— Directions for this task —
Please return the lines of the data below, word for word, from the first line through the line containing "The same part".

(Records from a data source)
[Start of Attachment]
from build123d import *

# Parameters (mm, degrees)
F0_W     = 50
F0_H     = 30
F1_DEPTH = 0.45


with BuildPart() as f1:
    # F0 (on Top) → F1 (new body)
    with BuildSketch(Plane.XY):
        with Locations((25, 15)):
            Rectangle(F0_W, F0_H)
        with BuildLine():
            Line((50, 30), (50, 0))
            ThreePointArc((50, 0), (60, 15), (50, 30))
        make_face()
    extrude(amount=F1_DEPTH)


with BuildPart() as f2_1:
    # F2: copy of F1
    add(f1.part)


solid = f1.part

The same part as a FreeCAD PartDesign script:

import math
import FreeCAD as App
import Part
import Sketcher

doc = App.newDocument("Part")
body = doc.addObject("PartDesign::Body", "Body")

sketch1 = body.newObject("Sketcher::SketchObject", "Sketch")
sketch1.AttachmentSupport = (doc.getObject("XY_Plane"), [""])
sketch1.MapMode = "FlatFace"
sketch1.addGeometry([
    Part.LineSegment(App.Vector(0, 30, 0), App.Vector(0, 0, 0)),
    Part.LineSegment(App.Vector(0, 0, 0), App.Vector(50, 0, 0)),
    Part.ArcOfCircle(Part.Circle(App.Vector(44, 15, 0), App.Vector(0, 0, 1), 16), math.radians(-67), math.radians(67)),
    Part.LineSegment(App.Vector(50, 30, 0), App.Vector(0, 30, 0)),
], False)
sketch1.addConstraint([
    Sketcher.Constraint("Coincident", 0, 2, 1, 1),
    Sketcher.Constraint("Coincident", 1, 2, 2, 1),
    Sketcher.Constraint("Coincident", 2, 2, 3, 1),
    Sketcher.Constraint("Coincident", 3, 2, 0, 1),
    Sketcher.Constraint("Vertical", 0),
    Sketcher.Constraint("Horizontal", 1),
    Sketcher.Constraint("Horizontal", 3),
    Sketcher.Constraint("Coincident", 0, 2, -1, 1),
    Sketcher.Constraint("Vertical", 1, 2, 2, 2),
    Sketcher.Constraint("DistanceX", 1, 1, 1, 2, 50.0),
    Sketcher.Constraint("DistanceY", 0, 2, 0, 1, 30.0),
    Sketcher.Constraint("Radius", 2, 16.25),
])
pad1 = body.newObject("PartDesign::Pad", "Pad")
pad1.Profile = sketch1
pad1.Length = 0.45
body2 = doc.addObject("PartDesign::Body", "Body001")
doc.recompute()

body2.BaseFeature = body
doc.recompute()
body.Visibility = False

doc.recompute()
[End of Attachment]
— Answer for the task —
from build123d import *

# Parameters (mm, degrees)
F0_W     = 50
F0_H     = 30
F1_DEPTH = 0.45


with BuildPart() as f1:
    # F0 (on Top) → F1 (new body)
    with BuildSketch(Plane.XY):
        with Locations((25, 15)):
            Rectangle(F0_W, F0_H)
        with BuildLine():
            Line((50, 30), (50, 0))
            ThreePointArc((50, 0), (60, 15), (50, 30))
        make_face()
    extrude(amount=F1_DEPTH)


with BuildPart() as f2_1:
    # F2: copy of F1
    add(f1.part)


solid = f1.part

The same part as a FreeCAD PartDesign script:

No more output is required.